TASK DESCRIPTION
When the line containing "#91=CARTESIAN_POINT('',(0.185208,0.,-2.54));" appears in the entries below, begin printing there and stop after the line containing "#122=CARTESIAN_POINT('',(-1.058333,0.,-2.54));"; print each of those lines exactly and no other line.

MATERIAL PROVIDED
___

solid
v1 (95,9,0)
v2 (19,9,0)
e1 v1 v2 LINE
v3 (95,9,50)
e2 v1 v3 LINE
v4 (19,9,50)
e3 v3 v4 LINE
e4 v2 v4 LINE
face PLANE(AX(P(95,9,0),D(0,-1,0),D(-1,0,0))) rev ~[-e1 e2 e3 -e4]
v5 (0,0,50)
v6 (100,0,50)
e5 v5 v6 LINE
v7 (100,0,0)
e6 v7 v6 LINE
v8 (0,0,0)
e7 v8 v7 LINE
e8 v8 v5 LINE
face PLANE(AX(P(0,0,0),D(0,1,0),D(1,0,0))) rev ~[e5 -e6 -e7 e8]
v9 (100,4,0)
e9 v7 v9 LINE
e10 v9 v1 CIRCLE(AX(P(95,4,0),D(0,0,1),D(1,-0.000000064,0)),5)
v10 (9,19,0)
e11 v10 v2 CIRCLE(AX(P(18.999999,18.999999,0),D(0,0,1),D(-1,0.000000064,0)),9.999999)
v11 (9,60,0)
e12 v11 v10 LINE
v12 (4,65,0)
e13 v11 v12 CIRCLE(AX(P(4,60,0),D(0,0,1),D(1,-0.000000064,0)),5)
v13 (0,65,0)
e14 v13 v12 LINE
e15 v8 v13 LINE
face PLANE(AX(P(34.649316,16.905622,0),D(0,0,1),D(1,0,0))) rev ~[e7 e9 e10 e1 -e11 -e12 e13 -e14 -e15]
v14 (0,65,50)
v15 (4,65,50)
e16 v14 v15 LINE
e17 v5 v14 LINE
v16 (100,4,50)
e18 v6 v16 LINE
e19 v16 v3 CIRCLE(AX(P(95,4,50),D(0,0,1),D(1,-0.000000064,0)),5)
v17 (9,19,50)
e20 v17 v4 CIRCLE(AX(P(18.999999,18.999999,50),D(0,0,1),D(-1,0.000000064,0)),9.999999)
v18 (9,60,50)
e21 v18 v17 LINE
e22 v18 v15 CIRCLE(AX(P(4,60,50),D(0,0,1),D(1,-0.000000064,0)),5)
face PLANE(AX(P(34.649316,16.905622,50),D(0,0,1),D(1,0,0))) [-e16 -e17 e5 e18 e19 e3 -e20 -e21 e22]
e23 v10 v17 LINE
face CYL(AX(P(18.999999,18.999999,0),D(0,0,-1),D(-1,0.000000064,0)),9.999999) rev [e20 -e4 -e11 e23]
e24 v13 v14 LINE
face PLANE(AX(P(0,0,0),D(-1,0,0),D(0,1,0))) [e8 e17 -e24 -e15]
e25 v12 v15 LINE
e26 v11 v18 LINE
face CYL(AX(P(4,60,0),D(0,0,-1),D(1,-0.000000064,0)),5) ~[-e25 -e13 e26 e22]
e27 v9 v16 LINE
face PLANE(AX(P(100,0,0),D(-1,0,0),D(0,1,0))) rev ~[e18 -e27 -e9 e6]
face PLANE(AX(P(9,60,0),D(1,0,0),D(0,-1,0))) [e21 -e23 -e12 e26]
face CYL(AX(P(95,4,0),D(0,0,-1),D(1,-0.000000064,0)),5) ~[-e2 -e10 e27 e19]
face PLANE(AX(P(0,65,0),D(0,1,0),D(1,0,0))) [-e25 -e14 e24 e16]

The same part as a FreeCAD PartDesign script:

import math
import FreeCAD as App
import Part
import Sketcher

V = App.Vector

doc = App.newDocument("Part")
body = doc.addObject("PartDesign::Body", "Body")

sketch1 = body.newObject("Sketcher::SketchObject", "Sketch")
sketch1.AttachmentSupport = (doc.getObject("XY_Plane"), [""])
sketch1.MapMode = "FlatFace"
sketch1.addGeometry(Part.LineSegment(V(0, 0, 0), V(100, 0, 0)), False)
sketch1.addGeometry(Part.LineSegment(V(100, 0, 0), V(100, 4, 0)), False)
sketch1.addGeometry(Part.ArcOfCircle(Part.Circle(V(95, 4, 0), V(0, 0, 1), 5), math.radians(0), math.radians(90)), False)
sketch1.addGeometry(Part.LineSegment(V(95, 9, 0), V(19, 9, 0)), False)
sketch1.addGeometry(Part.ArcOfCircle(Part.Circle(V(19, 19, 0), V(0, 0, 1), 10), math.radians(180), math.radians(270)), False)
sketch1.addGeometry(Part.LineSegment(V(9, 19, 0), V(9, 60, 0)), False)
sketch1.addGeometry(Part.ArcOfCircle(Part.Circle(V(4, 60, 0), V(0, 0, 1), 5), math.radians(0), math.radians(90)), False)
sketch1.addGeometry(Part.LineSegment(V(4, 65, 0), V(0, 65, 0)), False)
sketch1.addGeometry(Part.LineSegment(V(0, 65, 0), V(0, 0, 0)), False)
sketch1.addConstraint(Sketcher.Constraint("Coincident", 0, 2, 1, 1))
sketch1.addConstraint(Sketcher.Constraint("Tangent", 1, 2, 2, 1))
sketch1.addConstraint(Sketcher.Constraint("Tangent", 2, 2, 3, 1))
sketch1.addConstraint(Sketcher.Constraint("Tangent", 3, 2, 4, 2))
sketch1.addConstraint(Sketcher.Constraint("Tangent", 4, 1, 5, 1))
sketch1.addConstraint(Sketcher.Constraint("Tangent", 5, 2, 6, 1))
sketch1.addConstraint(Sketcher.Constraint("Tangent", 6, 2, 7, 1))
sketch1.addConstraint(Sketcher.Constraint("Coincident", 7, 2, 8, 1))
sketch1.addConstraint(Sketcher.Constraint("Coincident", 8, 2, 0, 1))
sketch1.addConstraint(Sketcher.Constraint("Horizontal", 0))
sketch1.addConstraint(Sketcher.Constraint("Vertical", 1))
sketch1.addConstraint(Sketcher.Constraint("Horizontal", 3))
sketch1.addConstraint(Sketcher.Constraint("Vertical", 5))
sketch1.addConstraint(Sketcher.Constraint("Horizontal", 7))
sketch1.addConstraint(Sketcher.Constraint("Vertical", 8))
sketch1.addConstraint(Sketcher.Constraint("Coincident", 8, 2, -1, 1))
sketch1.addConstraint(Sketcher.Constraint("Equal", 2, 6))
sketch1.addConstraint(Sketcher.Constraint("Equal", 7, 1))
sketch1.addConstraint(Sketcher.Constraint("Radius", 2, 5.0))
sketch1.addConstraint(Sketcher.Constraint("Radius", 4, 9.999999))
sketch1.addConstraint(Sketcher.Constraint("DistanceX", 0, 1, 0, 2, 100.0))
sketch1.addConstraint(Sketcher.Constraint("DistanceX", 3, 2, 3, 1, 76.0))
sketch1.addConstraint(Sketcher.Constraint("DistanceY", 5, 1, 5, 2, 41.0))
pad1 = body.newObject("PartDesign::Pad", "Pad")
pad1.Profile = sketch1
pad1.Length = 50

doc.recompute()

___

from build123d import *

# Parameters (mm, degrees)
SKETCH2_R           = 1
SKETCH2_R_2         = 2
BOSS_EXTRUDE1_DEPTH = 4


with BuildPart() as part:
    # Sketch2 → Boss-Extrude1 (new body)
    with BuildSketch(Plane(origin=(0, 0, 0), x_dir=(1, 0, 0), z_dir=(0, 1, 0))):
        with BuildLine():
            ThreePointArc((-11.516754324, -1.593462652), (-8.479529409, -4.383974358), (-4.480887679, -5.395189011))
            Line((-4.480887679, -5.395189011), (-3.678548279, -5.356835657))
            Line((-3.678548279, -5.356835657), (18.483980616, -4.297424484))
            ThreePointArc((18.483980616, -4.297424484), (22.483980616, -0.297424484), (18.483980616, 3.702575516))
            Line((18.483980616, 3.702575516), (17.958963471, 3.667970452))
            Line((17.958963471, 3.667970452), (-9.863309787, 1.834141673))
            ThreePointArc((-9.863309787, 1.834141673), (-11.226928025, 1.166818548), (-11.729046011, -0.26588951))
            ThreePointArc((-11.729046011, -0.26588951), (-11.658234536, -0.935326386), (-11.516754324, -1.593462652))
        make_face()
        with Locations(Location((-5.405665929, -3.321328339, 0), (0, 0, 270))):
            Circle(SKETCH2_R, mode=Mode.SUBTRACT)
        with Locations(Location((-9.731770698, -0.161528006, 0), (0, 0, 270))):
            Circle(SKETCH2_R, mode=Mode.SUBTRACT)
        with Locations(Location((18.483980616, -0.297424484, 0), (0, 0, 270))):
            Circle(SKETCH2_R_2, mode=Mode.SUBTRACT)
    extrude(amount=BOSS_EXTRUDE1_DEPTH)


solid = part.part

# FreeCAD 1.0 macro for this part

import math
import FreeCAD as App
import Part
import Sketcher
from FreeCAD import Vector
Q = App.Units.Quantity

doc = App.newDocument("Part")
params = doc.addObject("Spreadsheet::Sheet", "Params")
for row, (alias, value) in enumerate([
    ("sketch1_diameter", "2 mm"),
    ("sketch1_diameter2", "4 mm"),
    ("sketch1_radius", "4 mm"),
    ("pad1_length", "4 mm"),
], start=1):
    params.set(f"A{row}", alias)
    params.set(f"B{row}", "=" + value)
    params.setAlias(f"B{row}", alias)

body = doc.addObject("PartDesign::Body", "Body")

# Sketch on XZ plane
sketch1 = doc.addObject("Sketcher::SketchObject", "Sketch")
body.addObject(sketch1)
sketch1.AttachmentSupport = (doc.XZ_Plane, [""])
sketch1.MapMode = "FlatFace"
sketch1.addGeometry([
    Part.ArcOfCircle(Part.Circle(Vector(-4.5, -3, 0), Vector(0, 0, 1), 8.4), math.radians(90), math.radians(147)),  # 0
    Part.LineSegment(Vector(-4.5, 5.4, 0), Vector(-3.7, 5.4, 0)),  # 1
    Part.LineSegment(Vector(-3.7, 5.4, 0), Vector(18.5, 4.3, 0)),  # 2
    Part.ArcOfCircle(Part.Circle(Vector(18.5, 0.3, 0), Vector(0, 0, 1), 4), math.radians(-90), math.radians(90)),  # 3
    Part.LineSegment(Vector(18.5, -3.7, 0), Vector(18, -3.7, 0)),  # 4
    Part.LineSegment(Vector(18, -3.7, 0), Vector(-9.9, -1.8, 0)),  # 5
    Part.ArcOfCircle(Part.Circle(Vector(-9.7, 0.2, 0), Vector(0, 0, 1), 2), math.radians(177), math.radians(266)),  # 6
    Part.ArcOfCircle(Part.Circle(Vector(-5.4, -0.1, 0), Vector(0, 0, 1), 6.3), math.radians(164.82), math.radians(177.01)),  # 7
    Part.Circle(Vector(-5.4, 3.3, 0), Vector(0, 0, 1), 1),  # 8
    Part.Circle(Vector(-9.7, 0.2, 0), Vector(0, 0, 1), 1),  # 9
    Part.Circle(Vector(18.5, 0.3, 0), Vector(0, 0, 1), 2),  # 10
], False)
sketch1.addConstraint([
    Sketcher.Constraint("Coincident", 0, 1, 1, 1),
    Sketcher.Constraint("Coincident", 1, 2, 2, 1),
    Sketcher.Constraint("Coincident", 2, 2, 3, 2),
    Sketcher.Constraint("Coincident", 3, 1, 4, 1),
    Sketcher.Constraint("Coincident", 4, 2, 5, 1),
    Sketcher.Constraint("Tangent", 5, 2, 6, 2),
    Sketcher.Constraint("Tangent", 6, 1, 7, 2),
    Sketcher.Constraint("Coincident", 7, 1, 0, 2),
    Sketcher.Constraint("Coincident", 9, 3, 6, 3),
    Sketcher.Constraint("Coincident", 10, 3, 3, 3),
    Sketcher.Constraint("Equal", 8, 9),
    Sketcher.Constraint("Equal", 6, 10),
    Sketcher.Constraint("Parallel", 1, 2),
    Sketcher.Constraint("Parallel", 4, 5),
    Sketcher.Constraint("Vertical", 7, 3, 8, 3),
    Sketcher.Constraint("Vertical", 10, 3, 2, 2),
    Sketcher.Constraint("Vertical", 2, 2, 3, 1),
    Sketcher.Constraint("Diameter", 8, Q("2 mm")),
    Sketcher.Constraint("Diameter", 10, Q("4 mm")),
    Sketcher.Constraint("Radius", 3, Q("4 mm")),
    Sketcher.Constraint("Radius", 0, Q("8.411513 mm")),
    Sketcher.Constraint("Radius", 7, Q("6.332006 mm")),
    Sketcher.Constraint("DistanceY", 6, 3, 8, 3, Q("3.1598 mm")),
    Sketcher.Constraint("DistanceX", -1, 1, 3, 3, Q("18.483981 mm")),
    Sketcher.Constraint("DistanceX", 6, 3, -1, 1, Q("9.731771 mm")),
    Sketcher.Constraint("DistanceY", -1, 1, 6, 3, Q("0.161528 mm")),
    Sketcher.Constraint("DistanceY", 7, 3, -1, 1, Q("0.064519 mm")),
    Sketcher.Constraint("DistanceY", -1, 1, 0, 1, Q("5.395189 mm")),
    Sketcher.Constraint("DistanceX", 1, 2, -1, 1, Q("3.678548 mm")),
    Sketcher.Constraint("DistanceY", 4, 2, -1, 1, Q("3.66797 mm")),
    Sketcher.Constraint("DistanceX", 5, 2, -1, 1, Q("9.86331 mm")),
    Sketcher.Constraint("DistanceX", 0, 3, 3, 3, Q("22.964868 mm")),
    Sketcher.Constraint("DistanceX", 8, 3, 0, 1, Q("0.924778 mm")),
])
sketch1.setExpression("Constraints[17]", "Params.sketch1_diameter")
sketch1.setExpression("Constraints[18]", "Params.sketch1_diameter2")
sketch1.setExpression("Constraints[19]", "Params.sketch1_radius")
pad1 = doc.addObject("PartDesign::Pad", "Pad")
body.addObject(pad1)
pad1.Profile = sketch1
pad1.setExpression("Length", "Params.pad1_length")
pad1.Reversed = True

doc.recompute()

___

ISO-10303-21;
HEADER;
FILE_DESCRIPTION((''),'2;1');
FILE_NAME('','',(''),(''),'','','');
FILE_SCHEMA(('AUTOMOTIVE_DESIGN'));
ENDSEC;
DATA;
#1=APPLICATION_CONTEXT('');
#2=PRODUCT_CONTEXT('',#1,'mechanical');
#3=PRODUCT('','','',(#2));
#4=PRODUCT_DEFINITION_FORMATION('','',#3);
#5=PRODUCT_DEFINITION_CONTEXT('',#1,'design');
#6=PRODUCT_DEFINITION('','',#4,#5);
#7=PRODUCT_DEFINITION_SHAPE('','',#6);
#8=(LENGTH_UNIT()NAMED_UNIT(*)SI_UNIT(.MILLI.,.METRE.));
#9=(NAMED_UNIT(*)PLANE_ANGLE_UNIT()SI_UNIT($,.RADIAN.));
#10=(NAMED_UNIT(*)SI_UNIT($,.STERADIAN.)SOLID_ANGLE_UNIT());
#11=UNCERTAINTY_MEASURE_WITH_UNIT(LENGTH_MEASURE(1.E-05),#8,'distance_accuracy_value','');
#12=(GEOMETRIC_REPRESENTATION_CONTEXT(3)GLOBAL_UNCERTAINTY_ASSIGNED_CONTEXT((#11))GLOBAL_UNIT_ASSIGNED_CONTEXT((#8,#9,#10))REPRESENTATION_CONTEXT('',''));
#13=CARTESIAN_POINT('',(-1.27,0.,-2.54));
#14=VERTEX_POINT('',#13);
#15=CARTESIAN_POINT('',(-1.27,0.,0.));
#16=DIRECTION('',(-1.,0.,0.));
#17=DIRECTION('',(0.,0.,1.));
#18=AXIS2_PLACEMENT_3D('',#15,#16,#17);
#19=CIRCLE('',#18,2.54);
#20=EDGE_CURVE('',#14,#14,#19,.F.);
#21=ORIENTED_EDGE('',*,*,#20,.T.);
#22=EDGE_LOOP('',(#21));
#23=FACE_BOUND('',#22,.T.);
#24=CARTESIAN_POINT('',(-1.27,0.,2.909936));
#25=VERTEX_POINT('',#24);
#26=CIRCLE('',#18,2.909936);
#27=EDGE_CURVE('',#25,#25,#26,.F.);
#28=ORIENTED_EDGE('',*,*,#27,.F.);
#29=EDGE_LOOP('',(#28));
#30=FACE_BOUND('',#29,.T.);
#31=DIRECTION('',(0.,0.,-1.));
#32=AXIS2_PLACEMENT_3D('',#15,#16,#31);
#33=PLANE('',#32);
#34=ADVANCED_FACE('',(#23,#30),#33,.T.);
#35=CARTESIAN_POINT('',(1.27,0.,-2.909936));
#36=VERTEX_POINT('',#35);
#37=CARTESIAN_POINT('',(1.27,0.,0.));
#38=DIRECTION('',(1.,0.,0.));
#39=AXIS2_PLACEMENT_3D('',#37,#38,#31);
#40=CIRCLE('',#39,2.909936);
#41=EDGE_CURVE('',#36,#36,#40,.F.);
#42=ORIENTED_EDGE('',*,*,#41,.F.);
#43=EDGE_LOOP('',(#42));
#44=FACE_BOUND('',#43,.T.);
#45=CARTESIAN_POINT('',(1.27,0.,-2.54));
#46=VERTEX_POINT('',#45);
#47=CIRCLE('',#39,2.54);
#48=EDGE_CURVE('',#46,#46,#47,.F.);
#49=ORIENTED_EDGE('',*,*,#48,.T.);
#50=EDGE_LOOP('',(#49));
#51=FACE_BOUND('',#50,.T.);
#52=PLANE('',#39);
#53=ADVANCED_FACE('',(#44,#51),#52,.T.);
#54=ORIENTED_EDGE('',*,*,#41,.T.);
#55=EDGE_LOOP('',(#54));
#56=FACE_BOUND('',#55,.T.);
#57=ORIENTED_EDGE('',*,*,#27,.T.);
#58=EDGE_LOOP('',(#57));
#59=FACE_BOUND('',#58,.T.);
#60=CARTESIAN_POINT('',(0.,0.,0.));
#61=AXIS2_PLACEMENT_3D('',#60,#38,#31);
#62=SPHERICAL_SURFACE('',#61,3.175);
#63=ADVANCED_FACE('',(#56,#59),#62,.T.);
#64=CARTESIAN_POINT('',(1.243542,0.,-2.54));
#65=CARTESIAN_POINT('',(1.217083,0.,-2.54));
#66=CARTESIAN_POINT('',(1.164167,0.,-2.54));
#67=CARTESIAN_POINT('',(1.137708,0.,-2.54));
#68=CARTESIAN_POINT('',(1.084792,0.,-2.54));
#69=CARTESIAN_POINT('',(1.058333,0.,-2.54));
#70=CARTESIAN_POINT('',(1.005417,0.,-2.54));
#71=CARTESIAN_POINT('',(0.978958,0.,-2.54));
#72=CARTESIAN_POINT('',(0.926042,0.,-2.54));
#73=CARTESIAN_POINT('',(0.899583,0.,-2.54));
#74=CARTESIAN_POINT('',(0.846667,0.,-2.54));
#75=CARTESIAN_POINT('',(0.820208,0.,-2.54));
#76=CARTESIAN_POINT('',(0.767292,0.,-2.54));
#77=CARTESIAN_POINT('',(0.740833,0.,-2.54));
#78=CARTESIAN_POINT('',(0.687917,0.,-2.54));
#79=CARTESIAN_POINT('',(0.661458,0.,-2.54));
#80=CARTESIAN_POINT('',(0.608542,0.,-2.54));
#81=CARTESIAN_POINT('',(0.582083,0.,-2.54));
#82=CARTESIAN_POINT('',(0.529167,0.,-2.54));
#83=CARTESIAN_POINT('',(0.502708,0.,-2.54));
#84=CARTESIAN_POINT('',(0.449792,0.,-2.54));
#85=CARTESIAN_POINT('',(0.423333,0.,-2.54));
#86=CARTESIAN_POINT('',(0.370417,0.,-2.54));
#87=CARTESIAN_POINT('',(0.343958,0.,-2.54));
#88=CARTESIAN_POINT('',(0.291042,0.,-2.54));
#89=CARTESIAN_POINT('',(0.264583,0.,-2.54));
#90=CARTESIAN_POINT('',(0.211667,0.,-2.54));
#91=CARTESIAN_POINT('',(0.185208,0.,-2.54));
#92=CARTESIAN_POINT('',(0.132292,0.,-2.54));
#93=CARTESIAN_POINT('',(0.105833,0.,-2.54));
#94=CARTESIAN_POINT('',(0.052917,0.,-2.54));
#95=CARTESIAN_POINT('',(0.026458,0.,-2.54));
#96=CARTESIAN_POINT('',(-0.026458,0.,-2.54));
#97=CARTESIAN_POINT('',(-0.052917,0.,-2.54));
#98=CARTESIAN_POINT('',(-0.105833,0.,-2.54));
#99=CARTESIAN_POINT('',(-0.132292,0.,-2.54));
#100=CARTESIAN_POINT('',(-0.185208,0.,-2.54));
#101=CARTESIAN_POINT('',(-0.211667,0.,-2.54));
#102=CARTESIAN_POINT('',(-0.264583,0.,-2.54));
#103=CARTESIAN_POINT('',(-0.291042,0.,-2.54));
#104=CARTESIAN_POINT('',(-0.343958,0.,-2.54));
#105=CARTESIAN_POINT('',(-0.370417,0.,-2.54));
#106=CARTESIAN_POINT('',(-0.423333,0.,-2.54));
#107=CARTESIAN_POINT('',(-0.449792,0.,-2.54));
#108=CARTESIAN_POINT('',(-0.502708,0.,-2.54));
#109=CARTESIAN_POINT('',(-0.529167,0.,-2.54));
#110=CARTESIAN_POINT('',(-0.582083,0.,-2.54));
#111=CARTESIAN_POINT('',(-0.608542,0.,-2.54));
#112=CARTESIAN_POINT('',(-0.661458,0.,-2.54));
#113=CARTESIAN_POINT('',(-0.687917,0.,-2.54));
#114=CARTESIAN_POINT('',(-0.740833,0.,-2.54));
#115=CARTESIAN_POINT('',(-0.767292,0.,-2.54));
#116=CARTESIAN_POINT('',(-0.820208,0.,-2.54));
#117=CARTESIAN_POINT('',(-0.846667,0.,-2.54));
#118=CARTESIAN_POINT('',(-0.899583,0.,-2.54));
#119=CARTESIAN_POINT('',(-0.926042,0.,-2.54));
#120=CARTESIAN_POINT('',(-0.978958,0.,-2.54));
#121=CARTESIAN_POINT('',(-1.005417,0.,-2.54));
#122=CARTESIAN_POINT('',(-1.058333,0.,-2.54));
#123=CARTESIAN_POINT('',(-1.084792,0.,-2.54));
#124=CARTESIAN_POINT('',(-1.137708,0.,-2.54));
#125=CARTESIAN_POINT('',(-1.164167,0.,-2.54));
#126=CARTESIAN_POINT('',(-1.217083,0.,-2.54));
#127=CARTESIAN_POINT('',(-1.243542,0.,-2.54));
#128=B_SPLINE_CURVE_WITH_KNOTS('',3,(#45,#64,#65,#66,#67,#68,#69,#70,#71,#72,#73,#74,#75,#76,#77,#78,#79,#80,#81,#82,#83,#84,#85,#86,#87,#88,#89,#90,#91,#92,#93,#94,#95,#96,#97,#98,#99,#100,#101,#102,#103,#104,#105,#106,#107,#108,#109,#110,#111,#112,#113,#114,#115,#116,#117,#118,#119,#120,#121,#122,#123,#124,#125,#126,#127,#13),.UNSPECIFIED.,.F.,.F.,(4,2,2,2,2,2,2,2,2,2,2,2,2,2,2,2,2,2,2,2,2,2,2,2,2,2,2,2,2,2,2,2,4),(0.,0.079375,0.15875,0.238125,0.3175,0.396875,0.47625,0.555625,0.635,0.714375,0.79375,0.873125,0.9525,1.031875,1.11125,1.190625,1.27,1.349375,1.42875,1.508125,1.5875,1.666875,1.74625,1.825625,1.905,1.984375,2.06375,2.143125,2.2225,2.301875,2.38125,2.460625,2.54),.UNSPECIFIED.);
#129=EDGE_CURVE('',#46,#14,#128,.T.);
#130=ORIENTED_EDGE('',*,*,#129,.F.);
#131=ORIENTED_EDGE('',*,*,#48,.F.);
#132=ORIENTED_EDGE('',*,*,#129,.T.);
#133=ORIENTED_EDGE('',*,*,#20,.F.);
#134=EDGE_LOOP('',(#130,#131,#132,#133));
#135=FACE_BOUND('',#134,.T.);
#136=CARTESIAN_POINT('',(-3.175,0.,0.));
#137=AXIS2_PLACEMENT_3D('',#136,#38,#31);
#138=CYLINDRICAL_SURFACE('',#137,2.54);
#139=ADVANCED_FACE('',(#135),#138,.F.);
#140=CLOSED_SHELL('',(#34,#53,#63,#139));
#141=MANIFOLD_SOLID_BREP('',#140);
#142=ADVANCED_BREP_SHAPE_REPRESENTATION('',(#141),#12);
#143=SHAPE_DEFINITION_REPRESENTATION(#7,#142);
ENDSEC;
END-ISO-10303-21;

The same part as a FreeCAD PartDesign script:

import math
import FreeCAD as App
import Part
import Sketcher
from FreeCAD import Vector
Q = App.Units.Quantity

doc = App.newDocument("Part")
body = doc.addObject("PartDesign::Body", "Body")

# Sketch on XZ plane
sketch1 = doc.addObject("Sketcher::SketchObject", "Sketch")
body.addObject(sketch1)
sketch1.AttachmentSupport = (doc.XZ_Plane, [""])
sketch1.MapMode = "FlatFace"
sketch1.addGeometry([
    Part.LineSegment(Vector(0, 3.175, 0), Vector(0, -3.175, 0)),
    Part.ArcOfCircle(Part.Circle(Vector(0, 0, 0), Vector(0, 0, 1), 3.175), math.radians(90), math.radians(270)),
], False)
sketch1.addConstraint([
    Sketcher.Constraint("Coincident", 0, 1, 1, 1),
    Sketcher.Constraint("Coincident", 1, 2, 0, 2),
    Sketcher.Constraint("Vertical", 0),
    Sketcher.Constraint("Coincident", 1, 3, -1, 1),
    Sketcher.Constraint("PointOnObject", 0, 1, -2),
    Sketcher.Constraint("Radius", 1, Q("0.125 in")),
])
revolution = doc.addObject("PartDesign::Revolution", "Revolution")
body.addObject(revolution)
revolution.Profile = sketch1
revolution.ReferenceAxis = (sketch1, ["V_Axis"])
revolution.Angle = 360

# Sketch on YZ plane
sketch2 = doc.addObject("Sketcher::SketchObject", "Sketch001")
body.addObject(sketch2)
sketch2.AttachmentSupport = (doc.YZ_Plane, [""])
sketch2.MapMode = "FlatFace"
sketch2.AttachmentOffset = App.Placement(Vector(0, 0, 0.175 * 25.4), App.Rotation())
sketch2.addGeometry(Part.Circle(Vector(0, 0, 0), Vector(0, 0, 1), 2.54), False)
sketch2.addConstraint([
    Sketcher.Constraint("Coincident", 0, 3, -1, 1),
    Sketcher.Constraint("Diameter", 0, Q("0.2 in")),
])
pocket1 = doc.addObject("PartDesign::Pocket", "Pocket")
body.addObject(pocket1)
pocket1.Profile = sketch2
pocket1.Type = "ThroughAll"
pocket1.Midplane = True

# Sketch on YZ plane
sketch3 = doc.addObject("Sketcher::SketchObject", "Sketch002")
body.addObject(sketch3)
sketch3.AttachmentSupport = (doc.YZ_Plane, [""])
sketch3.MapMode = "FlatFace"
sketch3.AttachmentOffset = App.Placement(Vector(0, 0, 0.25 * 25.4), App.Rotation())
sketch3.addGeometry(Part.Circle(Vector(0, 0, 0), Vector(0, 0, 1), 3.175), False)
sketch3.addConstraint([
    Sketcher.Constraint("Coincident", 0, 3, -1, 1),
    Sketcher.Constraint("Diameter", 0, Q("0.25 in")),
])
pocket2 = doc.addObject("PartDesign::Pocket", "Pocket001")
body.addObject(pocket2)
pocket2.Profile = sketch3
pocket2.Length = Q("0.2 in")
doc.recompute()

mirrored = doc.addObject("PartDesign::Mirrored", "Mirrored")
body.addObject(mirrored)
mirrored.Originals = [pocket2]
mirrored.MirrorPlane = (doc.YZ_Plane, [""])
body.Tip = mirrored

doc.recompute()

___

RESULT FOR THIS TASK
#91=CARTESIAN_POINT('',(0.185208,0.,-2.54));
#92=CARTESIAN_POINT('',(0.132292,0.,-2.54));
#93=CARTESIAN_POINT('',(0.105833,0.,-2.54));
#94=CARTESIAN_POINT('',(0.052917,0.,-2.54));
#95=CARTESIAN_POINT('',(0.026458,0.,-2.54));
#96=CARTESIAN_POINT('',(-0.026458,0.,-2.54));
#97=CARTESIAN_POINT('',(-0.052917,0.,-2.54));
#98=CARTESIAN_POINT('',(-0.105833,0.,-2.54));
#99=CARTESIAN_POINT('',(-0.132292,0.,-2.54));
#100=CARTESIAN_POINT('',(-0.185208,0.,-2.54));
#101=CARTESIAN_POINT('',(-0.211667,0.,-2.54));
#102=CARTESIAN_POINT('',(-0.264583,0.,-2.54));
#103=CARTESIAN_POINT('',(-0.291042,0.,-2.54));
#104=CARTESIAN_POINT('',(-0.343958,0.,-2.54));
#105=CARTESIAN_POINT('',(-0.370417,0.,-2.54));
#106=CARTESIAN_POINT('',(-0.423333,0.,-2.54));
#107=CARTESIAN_POINT('',(-0.449792,0.,-2.54));
#108=CARTESIAN_POINT('',(-0.502708,0.,-2.54));
#109=CARTESIAN_POINT('',(-0.529167,0.,-2.54));
#110=CARTESIAN_POINT('',(-0.582083,0.,-2.54));
#111=CARTESIAN_POINT('',(-0.608542,0.,-2.54));
#112=CARTESIAN_POINT('',(-0.661458,0.,-2.54));
#113=CARTESIAN_POINT('',(-0.687917,0.,-2.54));
#114=CARTESIAN_POINT('',(-0.740833,0.,-2.54));
#115=CARTESIAN_POINT('',(-0.767292,0.,-2.54));
#116=CARTESIAN_POINT('',(-0.820208,0.,-2.54));
#117=CARTESIAN_POINT('',(-0.846667,0.,-2.54));
#118=CARTESIAN_POINT('',(-0.899583,0.,-2.54));
#119=CARTESIAN_POINT('',(-0.926042,0.,-2.54));
#120=CARTESIAN_POINT('',(-0.978958,0.,-2.54));
#121=CARTESIAN_POINT('',(-1.005417,0.,-2.54));
#122=CARTESIAN_POINT('',(-1.058333,0.,-2.54));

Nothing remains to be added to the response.